Proposals such as this could be seen as meeting Iran's belief that it merits the "seat at the table" that it sees the West (specifically the U.S.) always seeking to deny it. Overtures to Iran can be both direct and indirect — including areas of potential contact on major issues — especially regarding Iran's natural interests in Afghanistan. They could begin by simply authorizing contacts by Americans at diplomatic missions abroad with their Iranian counterparts at such missions, a practice "normal" in diplomatic practice broadly, but not normal for years among American diplomats.

Getting beyond the adverse legacy of a poisonous past in U.S.-Iranian relations may well require a generation. But it must be a major U.S. objective and one that can only begin at the top — on both sides — especially if we are to overcome the conviction of Iran's supreme leader and his entourage that we have never accepted the Islamic Revolution.
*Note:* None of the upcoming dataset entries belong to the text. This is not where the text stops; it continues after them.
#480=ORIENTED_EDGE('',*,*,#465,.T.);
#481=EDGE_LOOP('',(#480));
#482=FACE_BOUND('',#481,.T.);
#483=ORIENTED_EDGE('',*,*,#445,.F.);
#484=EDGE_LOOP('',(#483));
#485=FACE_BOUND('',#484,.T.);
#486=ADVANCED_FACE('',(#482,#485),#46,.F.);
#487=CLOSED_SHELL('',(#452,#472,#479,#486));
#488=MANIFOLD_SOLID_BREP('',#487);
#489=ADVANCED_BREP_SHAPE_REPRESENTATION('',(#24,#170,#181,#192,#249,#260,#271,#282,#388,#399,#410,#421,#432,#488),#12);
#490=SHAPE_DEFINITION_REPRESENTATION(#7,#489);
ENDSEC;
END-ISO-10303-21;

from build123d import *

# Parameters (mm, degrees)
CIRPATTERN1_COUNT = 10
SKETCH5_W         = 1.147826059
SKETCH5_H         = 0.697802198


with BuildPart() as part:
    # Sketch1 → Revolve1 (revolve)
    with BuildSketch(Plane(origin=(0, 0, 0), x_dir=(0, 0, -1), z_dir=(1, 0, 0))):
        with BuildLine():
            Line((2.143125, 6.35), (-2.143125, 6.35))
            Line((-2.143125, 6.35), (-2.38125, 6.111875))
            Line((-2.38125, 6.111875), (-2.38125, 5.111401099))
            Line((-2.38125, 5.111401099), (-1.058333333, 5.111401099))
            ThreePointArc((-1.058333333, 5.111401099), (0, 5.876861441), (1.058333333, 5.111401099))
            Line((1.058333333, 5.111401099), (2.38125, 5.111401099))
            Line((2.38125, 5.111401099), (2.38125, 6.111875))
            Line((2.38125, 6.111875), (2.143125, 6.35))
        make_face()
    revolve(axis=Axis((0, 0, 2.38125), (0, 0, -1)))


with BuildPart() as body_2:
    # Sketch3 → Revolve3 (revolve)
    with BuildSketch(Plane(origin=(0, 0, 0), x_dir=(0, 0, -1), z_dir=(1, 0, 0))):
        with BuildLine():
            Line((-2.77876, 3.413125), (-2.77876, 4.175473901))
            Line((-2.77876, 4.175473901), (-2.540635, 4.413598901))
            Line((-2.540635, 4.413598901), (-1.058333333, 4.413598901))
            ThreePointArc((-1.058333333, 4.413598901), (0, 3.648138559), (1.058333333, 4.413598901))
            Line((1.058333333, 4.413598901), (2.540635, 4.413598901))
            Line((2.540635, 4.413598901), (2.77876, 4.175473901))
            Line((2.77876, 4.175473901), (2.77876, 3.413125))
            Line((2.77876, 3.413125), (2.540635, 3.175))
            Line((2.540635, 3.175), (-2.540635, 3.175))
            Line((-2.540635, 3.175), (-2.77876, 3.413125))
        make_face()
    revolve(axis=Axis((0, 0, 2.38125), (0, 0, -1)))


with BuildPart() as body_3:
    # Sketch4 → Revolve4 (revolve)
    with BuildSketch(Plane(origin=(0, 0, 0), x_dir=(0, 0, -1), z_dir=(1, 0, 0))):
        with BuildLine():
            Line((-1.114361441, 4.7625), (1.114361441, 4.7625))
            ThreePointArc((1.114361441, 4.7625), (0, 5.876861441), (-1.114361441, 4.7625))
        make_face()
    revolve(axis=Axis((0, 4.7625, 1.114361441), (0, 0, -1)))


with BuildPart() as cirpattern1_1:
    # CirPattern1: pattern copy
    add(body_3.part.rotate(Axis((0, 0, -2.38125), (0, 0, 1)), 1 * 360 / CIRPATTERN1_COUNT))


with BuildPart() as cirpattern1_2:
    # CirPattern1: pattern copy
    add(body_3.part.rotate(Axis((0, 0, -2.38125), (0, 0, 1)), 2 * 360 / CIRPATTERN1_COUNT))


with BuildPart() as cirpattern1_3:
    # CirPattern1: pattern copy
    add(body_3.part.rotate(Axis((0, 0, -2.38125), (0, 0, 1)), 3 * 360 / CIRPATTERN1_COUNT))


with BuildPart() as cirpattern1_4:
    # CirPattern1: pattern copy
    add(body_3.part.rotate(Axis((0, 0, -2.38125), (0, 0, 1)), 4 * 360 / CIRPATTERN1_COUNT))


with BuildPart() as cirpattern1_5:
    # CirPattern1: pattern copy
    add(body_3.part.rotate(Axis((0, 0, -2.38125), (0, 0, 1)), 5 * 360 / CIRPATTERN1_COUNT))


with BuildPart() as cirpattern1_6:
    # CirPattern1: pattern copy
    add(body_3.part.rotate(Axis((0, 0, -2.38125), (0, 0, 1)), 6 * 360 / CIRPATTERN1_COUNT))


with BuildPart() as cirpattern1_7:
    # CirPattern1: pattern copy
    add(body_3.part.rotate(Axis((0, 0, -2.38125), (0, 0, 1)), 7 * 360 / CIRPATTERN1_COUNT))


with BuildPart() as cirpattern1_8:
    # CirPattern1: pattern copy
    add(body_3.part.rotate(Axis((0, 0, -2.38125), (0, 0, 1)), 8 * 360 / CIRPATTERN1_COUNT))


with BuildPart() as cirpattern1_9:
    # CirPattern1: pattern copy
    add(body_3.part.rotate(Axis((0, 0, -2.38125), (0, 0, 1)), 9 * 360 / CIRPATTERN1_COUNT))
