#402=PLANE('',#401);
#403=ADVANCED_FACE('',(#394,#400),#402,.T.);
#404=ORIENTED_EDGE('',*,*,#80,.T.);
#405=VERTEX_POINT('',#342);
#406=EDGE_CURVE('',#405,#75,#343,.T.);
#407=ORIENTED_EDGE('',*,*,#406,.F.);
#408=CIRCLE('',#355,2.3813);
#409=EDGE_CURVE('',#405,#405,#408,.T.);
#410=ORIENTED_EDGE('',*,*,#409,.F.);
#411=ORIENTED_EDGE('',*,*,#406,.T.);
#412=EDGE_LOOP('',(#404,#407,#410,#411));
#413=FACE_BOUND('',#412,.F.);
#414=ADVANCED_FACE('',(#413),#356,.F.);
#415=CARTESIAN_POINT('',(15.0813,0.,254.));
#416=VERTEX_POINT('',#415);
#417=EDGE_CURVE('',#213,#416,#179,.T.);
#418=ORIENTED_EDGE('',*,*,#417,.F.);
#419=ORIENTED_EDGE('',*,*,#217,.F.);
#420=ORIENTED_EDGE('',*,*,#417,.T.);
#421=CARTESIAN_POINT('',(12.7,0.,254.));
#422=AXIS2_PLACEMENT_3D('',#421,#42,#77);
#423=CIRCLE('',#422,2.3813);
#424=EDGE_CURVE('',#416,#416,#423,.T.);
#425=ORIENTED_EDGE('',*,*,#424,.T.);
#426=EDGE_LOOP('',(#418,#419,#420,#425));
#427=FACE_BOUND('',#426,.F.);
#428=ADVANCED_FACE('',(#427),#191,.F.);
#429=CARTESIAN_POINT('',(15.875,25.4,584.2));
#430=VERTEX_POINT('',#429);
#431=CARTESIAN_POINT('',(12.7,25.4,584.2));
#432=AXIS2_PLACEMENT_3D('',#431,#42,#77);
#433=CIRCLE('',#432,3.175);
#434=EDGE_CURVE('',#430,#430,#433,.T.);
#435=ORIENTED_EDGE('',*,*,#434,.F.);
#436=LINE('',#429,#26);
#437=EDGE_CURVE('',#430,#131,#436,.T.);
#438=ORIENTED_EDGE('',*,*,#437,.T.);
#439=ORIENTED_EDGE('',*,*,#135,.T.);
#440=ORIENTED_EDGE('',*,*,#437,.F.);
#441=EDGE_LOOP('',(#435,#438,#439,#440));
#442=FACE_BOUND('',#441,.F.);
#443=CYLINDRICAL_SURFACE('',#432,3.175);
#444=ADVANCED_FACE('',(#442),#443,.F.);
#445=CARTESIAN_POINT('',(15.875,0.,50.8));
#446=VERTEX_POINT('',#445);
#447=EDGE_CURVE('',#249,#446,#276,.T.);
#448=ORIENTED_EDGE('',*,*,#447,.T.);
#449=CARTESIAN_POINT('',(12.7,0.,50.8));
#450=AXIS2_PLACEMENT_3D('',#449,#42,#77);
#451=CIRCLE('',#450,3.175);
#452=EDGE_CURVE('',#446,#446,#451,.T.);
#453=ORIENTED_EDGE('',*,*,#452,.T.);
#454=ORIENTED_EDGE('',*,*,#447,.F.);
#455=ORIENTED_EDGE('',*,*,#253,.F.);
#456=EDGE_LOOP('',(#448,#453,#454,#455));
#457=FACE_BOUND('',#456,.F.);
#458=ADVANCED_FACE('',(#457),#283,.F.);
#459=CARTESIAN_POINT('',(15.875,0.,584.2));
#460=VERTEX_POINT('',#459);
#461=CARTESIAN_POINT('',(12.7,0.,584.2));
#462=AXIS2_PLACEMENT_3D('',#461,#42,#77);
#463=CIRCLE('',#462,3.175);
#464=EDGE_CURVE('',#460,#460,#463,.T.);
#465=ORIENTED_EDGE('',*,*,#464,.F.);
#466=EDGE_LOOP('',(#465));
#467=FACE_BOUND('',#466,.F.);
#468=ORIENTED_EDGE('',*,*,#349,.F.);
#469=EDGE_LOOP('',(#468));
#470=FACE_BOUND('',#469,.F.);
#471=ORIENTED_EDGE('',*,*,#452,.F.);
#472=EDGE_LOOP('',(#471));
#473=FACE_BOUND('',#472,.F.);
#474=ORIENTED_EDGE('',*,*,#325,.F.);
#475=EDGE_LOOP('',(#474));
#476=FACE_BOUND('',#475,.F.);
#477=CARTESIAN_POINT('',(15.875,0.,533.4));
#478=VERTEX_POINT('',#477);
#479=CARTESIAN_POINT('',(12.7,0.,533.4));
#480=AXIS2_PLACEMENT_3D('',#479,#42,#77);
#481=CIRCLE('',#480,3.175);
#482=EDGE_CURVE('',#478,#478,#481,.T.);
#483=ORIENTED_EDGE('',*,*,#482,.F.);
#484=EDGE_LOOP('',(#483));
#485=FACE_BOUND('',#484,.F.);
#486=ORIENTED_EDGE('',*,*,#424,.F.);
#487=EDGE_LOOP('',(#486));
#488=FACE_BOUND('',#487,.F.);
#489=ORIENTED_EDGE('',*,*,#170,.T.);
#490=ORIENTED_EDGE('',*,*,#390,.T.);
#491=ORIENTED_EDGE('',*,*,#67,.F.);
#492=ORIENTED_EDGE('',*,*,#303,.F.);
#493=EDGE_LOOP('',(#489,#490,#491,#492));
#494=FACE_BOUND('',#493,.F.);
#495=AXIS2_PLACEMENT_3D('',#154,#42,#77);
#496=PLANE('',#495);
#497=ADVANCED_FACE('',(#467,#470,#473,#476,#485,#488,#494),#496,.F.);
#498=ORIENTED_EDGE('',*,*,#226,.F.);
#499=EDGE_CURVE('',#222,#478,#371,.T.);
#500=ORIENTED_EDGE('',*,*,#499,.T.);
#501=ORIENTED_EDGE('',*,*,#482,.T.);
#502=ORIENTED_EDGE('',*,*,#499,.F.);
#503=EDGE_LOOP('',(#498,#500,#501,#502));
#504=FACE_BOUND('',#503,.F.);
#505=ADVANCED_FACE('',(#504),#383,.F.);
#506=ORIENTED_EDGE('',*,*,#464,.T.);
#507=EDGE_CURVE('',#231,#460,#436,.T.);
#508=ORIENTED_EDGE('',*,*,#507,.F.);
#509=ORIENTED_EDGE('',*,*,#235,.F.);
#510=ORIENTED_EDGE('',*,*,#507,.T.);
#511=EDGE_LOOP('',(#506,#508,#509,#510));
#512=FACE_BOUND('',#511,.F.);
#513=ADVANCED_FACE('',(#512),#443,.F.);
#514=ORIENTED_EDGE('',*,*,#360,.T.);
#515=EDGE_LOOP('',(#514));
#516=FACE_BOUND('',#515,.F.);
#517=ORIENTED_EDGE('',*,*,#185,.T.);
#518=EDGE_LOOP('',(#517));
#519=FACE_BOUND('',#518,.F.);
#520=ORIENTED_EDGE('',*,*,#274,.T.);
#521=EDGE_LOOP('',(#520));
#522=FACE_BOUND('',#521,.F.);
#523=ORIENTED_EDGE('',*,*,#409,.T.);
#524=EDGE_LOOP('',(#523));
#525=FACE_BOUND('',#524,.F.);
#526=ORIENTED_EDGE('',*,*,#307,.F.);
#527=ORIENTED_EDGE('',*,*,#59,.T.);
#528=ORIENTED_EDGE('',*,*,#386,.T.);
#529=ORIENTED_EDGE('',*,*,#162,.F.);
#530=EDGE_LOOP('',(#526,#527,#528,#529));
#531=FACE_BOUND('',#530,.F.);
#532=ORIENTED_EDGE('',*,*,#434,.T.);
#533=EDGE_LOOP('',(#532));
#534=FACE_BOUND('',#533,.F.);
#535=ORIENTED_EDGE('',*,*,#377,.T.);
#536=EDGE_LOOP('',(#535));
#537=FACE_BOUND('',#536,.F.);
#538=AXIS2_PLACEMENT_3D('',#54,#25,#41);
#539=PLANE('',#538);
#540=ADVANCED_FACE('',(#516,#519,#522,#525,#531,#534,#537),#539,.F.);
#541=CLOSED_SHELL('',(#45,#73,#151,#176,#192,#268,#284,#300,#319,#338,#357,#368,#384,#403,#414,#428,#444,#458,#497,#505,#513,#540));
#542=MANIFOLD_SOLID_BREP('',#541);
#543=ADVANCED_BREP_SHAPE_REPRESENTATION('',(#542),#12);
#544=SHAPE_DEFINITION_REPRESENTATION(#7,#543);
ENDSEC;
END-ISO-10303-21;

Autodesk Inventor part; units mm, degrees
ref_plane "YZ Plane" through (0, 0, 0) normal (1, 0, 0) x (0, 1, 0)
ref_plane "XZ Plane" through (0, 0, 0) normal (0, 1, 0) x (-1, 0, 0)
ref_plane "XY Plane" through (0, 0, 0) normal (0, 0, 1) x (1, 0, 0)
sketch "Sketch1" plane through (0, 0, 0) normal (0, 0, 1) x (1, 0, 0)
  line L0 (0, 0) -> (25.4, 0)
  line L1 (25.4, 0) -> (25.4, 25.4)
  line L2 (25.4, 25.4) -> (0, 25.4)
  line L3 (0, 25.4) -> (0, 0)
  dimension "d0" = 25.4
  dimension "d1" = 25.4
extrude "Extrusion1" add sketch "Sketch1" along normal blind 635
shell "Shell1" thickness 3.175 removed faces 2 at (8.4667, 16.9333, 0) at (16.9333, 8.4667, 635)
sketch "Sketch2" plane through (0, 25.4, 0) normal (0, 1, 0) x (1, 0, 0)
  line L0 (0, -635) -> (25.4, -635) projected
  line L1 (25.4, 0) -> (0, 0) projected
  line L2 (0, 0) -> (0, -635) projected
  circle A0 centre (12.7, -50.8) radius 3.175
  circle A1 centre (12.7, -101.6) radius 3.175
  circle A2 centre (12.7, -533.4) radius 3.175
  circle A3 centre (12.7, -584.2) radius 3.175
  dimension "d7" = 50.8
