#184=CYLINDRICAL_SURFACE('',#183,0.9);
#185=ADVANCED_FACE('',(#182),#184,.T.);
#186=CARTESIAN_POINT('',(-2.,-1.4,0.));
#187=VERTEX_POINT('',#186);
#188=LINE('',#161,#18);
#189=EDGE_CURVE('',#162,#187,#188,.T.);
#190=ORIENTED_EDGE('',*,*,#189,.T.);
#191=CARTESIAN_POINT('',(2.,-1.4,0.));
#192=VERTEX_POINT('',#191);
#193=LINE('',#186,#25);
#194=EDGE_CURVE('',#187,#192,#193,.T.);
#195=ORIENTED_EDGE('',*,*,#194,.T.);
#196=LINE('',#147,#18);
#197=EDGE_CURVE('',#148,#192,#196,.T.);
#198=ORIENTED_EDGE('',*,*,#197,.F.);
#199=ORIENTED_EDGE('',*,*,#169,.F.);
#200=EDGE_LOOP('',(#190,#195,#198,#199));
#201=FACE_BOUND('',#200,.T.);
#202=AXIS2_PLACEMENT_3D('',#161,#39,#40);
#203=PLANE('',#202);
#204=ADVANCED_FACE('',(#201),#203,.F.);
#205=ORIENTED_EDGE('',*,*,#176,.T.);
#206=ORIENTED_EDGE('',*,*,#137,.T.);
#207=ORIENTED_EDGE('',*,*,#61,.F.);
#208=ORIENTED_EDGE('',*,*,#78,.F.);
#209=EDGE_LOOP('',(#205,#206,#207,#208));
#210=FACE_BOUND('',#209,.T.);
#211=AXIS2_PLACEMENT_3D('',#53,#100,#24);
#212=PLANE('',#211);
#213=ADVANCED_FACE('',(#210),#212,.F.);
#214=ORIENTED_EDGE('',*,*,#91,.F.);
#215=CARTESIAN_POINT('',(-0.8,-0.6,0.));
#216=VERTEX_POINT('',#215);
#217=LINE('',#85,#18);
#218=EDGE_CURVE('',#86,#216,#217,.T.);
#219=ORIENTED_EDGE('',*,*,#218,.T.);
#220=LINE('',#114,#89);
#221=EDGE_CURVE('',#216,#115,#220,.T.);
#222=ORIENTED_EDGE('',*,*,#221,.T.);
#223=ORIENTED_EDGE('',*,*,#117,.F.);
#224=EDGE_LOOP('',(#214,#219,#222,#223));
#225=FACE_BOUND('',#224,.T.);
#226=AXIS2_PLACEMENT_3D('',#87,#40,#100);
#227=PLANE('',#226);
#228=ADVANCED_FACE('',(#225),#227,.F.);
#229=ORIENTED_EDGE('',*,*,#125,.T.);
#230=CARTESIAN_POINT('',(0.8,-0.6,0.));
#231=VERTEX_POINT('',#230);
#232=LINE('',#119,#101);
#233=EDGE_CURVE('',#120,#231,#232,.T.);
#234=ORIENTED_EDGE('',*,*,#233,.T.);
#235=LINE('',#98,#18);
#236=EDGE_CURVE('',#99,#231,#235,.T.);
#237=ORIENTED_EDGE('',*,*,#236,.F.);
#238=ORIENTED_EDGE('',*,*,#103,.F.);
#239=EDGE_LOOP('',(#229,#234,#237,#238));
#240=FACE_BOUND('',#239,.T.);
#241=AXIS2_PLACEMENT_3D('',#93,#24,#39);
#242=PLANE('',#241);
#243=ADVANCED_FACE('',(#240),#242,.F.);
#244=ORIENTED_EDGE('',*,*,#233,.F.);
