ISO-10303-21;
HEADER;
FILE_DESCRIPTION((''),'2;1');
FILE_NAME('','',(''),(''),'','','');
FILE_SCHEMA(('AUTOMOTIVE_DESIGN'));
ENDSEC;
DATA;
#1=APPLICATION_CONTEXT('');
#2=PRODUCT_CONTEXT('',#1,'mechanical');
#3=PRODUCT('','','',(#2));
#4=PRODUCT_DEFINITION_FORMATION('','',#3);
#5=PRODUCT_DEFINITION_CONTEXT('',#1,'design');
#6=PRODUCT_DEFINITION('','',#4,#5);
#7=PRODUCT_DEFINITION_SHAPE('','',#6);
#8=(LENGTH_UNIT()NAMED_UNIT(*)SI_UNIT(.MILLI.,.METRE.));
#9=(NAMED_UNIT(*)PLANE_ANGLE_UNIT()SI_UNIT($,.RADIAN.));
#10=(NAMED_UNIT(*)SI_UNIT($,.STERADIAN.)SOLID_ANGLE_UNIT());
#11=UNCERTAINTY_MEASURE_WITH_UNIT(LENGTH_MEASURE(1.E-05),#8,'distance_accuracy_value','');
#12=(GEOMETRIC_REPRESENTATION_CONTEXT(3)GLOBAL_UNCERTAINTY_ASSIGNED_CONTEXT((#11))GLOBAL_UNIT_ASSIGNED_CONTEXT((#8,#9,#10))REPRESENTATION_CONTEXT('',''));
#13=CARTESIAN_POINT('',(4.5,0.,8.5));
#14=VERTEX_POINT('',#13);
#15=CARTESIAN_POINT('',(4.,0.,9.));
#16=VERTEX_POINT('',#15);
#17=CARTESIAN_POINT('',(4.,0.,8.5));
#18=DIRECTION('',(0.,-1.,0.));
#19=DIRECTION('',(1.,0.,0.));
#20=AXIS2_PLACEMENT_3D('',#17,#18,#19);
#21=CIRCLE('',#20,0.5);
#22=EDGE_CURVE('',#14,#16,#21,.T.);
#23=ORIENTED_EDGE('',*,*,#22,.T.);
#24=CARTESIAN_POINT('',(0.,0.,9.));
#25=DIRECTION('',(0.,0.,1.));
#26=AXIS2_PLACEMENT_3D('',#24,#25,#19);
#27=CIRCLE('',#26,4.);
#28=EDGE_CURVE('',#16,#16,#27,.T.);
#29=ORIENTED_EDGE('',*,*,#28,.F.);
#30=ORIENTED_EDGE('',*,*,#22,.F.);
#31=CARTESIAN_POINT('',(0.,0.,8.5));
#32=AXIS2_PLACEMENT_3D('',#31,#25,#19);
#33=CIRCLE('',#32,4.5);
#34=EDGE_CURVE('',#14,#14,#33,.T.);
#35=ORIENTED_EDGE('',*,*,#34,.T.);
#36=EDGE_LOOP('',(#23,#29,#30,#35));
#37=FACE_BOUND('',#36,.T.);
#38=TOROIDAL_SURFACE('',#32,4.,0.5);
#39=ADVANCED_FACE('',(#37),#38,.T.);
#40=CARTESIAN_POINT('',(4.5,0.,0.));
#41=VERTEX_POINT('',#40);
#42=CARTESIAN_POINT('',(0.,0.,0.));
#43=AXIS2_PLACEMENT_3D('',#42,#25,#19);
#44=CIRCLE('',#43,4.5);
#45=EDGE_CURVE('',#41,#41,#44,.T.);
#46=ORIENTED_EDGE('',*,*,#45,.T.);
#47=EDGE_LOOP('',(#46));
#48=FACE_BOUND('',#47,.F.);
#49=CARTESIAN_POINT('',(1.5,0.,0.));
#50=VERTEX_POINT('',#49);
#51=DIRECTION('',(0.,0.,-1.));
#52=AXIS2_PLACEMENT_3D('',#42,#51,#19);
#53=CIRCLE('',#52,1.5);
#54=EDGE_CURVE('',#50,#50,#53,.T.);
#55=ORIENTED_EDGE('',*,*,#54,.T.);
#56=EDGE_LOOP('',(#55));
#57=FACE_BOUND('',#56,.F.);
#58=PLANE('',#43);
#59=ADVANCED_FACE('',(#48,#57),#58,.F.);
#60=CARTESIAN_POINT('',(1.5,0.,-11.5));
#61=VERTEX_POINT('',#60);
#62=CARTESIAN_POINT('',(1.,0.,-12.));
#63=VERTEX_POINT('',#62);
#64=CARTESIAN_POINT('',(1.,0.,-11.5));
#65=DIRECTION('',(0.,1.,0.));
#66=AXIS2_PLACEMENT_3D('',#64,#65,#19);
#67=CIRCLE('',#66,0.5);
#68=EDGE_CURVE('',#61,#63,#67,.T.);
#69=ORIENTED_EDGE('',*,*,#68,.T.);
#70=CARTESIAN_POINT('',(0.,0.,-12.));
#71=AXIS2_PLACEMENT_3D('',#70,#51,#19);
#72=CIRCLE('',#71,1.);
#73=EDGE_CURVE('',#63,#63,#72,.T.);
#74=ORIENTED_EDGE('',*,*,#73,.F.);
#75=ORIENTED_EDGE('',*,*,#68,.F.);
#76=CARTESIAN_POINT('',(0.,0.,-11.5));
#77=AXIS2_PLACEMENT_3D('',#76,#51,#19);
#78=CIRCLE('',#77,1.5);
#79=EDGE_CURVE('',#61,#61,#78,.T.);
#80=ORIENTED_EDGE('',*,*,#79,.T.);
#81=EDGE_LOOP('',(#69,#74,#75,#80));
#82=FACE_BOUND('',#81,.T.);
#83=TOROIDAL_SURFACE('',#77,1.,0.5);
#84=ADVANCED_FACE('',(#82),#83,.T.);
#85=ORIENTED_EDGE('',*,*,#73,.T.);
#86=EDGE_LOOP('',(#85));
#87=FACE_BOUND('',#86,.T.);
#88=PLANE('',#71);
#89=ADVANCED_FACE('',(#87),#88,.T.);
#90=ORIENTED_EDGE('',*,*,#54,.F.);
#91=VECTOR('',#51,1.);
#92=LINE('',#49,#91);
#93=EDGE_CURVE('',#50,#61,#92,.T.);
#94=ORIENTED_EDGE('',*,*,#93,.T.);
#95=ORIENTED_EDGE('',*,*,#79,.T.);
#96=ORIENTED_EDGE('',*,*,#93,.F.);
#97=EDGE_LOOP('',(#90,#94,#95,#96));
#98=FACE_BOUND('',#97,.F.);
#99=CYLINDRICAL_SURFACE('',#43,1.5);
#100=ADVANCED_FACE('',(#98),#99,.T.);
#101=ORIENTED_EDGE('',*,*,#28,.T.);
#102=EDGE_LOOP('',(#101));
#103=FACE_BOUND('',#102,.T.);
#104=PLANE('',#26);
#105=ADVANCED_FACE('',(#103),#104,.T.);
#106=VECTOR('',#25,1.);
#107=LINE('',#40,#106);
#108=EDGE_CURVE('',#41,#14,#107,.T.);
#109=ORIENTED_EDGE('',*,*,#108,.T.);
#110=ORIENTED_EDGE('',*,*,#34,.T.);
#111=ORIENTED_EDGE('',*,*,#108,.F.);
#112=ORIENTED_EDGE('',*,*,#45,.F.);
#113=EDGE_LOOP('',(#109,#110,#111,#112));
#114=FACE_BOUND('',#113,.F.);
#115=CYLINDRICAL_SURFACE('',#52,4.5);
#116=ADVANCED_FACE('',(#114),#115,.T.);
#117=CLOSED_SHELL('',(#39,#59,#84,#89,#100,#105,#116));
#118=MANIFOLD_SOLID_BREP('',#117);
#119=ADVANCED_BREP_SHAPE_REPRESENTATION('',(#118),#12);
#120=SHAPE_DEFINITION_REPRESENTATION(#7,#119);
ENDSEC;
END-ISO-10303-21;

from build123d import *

# Parameters (mm, degrees)
F1_R     = 4.5
F2_DEPTH = 9
F3_R     = 1.5
F4_DEPTH = 12
F0_R     = 0.5


with BuildPart() as f2:
    # F1 (on Top) → F2 (new body)
    with BuildSketch(Plane.XY):
        Circle(F1_R)
    extrude(amount=F2_DEPTH)

    # F3 (on face) → F4 (join)
    with BuildSketch(Plane(origin=(0, 0, 0), x_dir=(1, 0, 0), z_dir=(0, 0, -1))):
        Circle(F3_R)
    extrude(amount=F4_DEPTH)

    # F0
    f0_edges = [f2.edges().sort_by_distance(p)[0] for p in [
        (-4.5, 0, 9),
        (-1.5, 0, -12),
    ]]
    fillet(f0_edges, radius=F0_R)


solid = f2.part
President Barack Obama has done his part, making it his administration's objective to seek a dialogue based on justice and mutual interests. Secretary of State Hillary Clinton has reiterated that objective in several recent public statements, especially in December, when she was quoted again as saying that the Iranian regime "has the right to a peaceful nuclear program" and that "the world in turn would benefit from the full participation of the Iranian nation in the political, social and economic life of this region."

Rhetoric of that kind is crucial for the future of American diplomacy in the region. It is no less crucial that it be heard from the Iranian side.